Does this persist as you increase the size of the problem (200, 400, 1000)?
What about lu!

Yes, it does not seem to be dependend on the matrix size:

julia> const A_64 = rand(1000,1000);

julia> const A_32 = Float32.(A_64);

julia> @btime lu($A_64);
  20.049 ms (4 allocations: 7.64 MiB)

julia> @btime lu($A_32);
  35.531 ms (4 allocations: 3.82 MiB)

For lu! I changed the code a little bit (of course there is now some overhead of rand and non-identical matrices, but I think their impact should be neglectable).

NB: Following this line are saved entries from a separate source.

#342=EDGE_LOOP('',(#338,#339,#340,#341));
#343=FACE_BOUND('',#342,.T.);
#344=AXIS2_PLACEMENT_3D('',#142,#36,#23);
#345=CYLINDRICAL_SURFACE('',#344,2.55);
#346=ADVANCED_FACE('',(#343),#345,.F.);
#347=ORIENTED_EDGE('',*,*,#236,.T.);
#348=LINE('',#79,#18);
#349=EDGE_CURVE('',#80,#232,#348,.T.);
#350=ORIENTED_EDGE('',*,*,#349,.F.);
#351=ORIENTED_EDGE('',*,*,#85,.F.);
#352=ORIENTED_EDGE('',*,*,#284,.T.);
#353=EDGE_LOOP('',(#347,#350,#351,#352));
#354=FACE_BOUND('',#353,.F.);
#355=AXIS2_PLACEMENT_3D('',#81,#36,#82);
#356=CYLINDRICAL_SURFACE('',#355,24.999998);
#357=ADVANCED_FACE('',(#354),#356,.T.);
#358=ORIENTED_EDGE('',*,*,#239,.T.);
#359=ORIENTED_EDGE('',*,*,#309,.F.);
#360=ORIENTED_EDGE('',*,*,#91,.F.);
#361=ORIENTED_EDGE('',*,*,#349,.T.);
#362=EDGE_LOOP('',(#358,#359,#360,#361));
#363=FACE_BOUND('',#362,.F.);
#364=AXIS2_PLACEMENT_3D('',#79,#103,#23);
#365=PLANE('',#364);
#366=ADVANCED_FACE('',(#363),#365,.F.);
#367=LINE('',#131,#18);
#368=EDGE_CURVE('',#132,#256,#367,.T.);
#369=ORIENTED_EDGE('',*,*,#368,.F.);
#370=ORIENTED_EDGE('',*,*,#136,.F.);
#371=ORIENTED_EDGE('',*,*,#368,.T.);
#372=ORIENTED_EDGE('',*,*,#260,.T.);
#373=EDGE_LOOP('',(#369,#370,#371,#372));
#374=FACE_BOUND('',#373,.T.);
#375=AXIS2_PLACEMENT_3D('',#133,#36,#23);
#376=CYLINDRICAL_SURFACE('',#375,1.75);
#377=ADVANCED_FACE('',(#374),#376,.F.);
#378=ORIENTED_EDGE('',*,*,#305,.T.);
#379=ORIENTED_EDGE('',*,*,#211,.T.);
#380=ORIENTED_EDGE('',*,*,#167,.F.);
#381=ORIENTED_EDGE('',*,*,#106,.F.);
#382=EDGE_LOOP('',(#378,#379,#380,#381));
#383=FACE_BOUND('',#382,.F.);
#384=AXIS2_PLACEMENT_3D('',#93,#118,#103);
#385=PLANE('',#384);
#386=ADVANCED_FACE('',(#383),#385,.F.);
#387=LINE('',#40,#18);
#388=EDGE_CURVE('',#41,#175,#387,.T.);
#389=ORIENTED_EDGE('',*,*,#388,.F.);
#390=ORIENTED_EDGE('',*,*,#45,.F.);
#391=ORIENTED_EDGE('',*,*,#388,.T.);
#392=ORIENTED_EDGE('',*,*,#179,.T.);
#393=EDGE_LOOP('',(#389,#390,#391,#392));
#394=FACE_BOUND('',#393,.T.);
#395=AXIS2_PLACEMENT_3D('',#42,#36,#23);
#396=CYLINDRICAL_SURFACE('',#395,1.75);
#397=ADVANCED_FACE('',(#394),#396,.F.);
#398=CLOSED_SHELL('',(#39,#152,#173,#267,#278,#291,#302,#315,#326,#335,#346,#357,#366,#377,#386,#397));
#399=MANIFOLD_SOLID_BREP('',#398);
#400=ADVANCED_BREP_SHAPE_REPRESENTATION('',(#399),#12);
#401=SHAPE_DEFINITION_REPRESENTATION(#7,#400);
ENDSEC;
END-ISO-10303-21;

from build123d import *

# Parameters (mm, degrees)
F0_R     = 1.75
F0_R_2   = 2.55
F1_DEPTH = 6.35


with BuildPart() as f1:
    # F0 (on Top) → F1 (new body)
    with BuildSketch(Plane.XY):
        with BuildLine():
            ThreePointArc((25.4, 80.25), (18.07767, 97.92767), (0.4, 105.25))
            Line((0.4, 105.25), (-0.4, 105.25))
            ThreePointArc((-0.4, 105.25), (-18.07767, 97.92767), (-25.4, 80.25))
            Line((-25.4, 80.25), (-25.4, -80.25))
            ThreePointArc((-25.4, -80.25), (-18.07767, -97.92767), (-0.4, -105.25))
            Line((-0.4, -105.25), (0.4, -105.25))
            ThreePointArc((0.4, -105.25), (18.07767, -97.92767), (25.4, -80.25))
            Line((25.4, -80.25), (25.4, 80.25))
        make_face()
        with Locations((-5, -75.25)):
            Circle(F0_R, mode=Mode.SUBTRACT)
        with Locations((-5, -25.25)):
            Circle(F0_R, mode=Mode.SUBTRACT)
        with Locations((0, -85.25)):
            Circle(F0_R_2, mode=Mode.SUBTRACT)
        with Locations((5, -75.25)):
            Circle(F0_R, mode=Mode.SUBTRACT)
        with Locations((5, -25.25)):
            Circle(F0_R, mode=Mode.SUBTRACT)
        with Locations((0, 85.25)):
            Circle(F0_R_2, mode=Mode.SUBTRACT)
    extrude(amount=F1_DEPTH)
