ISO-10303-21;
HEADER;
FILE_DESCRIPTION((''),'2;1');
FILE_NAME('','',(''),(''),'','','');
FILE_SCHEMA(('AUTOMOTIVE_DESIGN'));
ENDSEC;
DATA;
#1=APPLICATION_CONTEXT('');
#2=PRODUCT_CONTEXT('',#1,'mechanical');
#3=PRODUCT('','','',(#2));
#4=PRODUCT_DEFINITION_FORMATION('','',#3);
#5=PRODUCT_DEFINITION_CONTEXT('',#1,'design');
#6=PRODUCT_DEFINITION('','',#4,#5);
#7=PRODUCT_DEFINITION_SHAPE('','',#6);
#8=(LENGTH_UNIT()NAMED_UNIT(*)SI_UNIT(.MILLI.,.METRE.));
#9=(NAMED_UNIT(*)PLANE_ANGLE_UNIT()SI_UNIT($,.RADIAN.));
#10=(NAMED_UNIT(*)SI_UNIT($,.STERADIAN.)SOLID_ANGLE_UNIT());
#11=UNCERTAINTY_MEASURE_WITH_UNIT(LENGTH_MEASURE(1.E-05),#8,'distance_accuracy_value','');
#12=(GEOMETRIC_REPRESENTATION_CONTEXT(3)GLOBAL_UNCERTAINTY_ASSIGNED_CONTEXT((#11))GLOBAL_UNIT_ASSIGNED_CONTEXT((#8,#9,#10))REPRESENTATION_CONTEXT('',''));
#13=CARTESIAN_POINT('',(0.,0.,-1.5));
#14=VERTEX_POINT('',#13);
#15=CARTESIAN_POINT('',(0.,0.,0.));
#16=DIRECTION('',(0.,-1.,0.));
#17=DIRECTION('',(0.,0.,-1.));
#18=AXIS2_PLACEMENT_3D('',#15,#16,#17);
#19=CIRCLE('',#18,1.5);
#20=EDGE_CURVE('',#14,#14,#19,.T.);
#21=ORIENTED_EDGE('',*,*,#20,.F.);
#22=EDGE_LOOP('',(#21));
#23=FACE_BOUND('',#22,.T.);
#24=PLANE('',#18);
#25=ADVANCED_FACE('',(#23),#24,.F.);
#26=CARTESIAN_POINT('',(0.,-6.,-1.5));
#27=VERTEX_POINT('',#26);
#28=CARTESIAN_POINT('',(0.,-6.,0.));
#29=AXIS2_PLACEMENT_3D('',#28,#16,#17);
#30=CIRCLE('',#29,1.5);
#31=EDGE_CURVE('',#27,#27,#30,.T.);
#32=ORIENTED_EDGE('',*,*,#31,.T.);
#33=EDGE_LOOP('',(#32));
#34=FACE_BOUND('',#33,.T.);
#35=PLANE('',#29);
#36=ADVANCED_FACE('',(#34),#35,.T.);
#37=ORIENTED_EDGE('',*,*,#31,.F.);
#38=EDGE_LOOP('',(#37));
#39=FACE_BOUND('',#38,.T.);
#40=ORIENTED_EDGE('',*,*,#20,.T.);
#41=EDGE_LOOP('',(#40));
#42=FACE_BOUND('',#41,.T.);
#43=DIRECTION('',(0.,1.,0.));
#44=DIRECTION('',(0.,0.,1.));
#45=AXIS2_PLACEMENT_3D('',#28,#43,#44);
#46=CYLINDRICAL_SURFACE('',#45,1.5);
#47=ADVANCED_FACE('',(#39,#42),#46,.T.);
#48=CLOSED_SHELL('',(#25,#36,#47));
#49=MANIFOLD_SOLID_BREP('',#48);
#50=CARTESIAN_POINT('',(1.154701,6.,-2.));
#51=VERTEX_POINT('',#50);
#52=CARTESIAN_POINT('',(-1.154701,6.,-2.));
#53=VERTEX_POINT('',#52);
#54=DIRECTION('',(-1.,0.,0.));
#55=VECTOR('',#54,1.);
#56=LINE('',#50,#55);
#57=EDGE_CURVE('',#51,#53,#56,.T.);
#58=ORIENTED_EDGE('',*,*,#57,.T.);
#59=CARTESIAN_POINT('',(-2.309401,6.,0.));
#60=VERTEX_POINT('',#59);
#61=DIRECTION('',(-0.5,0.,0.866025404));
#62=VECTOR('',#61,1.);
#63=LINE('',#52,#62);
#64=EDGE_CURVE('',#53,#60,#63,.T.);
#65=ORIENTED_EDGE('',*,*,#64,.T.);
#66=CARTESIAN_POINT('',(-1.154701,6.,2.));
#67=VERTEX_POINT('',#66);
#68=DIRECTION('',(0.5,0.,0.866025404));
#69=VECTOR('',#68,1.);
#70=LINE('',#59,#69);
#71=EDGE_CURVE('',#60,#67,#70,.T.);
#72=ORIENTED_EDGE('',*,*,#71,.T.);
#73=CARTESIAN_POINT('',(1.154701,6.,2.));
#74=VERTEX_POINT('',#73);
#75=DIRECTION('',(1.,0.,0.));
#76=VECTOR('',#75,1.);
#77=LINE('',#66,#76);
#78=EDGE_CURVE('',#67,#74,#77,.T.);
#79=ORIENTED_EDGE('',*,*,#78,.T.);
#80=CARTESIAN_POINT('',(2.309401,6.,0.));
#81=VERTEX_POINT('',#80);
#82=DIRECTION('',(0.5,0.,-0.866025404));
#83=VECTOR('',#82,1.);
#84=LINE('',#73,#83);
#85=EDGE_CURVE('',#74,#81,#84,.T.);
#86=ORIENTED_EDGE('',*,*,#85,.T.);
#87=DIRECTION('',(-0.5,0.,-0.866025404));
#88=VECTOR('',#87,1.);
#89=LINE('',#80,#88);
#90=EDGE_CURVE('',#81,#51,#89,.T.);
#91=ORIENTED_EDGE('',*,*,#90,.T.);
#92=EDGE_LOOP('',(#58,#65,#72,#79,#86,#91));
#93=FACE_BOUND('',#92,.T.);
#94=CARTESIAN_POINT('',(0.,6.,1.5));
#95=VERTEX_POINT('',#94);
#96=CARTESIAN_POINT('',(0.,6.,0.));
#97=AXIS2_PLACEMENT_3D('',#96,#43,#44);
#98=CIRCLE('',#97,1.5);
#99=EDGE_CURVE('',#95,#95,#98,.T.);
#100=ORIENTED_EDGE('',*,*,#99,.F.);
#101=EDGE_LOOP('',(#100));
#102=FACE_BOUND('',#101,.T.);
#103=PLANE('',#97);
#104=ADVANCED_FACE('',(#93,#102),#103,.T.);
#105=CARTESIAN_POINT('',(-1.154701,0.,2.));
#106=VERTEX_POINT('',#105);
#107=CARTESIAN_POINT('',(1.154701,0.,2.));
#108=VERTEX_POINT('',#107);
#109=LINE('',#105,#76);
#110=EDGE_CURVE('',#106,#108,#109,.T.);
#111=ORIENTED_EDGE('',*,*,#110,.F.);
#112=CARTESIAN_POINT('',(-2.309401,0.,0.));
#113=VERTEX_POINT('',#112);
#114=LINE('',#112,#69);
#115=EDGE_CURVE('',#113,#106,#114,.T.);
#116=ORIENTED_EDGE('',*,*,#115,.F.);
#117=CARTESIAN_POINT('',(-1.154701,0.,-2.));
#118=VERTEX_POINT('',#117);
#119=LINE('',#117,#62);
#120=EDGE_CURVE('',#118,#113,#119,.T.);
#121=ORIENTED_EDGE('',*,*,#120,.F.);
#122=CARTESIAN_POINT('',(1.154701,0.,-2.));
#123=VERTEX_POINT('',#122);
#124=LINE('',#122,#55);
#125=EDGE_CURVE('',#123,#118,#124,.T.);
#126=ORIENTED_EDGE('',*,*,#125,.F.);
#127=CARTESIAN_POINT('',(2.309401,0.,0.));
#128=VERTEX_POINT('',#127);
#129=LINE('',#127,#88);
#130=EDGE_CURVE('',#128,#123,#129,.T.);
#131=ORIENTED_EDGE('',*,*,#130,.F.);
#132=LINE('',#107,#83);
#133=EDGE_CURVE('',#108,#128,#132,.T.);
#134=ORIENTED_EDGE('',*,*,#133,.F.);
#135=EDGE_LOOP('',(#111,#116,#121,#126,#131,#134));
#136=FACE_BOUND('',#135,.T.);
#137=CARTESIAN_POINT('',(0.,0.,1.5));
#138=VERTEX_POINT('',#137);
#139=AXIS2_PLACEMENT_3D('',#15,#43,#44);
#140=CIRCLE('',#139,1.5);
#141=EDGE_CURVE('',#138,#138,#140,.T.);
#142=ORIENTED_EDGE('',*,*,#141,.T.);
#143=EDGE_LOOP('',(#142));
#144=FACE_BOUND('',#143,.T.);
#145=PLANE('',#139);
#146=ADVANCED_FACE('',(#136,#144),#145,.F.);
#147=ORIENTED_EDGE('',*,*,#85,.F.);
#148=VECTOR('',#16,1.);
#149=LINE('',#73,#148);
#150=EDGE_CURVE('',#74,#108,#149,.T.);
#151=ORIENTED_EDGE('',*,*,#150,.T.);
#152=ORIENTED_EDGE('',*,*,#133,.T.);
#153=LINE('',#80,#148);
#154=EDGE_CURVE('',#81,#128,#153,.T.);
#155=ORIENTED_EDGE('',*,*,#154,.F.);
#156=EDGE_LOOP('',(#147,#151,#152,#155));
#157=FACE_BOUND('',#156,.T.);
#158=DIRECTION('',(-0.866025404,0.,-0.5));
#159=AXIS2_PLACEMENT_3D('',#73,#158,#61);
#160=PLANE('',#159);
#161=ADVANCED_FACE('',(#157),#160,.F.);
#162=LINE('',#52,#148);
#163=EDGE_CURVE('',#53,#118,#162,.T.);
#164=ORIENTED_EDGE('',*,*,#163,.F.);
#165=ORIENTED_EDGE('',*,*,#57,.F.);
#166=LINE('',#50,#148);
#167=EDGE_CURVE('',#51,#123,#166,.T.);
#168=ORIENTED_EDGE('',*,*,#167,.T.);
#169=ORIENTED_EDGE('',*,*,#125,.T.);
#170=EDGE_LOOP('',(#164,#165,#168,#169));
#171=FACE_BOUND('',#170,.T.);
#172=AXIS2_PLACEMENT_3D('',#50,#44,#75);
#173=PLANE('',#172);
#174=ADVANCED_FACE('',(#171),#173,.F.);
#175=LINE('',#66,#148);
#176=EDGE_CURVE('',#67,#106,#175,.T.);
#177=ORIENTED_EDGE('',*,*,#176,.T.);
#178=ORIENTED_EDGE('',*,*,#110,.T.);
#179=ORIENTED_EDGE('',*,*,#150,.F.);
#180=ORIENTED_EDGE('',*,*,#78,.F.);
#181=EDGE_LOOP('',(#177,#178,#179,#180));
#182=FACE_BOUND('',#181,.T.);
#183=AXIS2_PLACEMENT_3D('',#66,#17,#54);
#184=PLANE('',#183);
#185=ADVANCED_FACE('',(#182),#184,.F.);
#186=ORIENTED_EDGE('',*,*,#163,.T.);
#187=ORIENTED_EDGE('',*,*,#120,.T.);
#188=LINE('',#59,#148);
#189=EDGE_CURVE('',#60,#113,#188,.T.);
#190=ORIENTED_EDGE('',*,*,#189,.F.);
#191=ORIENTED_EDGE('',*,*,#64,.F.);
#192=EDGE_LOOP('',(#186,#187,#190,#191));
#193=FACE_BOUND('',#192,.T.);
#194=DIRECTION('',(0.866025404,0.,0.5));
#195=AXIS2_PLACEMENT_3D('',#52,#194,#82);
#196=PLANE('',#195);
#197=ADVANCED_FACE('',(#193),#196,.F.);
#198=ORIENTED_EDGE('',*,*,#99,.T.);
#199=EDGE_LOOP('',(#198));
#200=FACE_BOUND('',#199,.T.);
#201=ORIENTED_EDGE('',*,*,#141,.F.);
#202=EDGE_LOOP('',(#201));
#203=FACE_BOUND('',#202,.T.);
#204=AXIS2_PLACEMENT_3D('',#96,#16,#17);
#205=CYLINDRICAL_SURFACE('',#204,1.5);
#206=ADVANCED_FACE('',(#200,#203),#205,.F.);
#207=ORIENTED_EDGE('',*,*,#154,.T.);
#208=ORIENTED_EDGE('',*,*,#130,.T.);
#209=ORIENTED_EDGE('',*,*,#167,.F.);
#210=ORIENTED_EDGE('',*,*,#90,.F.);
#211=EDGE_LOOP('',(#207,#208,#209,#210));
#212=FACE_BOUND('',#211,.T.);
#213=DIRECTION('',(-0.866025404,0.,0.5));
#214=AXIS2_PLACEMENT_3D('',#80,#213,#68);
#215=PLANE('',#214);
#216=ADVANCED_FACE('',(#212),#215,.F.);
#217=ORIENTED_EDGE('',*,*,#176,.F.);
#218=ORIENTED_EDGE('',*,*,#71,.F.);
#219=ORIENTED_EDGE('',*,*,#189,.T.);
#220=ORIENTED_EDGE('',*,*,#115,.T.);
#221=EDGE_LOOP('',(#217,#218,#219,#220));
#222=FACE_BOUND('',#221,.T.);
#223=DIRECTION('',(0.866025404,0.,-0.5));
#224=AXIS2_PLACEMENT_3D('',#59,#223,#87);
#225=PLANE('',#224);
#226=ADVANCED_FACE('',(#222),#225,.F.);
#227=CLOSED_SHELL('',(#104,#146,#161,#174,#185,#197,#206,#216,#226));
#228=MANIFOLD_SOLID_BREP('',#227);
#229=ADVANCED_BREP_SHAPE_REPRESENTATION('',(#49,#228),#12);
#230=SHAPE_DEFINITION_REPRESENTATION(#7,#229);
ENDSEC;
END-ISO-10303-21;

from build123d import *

# Parameters (mm, degrees)
SKETCH2_R           = 1.5
BOSS_EXTRUDE1_DEPTH = 6
SKETCH3_R           = 1.5
BOSS_EXTRUDE2_DEPTH = 6


with BuildPart() as part:
    # Sketch2 → Boss-Extrude1 (new body)
    with BuildSketch(Plane(origin=(0, 0, 0), x_dir=(1, 0, 0), z_dir=(0, 1, 0))):
        Polygon((1.154700538, 2), (-1.154700538, 2), (-2.309401077, 0), (-1.154700538, -2), (1.154700538, -2), (2.309401077, 0), align=None)
        Circle(SKETCH2_R, mode=Mode.SUBTRACT)
    extrude(amount=BOSS_EXTRUDE1_DEPTH)


with BuildPart() as body_2:
    # Sketch3 → Boss-Extrude2 (new body)
    with BuildSketch(Plane.XZ):
        Circle(SKETCH3_R)
    extrude(amount=BOSS_EXTRUDE2_DEPTH)


solid = Compound([part.part, body_2.part])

julia> @btime lu!(rand(100,100));
  1.546 ms (4 allocations: 79.11 KiB)

julia> @btime lu!(rand(Float32,100,100));
  2.847 ms (4 allocations: 40.05 KiB)

I think the issue might be related to Windows:
Running the same example on Linux, I get:

julia> using LinearAlgebra, BenchmarkTools

julia> const A_64 = rand(100,100);

julia> const A_32 = Float32.(A_64);

julia> @btime lu($A_64);
  757.133 μs (3 allocations: 79.08 KiB)

julia> @btime lu($A_32);
  738.773 μs (3 allocations: 40.02 KiB)

julia> versioninfo()
Julia Version 1.5.2
Commit 539f3ce943 (2020-09-23 23:17 UTC)
Platform Info:
  OS: Linux (x86_64-pc-linux-gnu)
  CPU: Intel(R) Xeon(R) CPU           E5620  @ 2.40GHz
  WORD_SIZE: 64
  LIBM: libopenlibm
  LLVM: libLLVM-9.0.1 (ORCJIT, westmere)

Note that the performance is also much better, although the CPU should be slower.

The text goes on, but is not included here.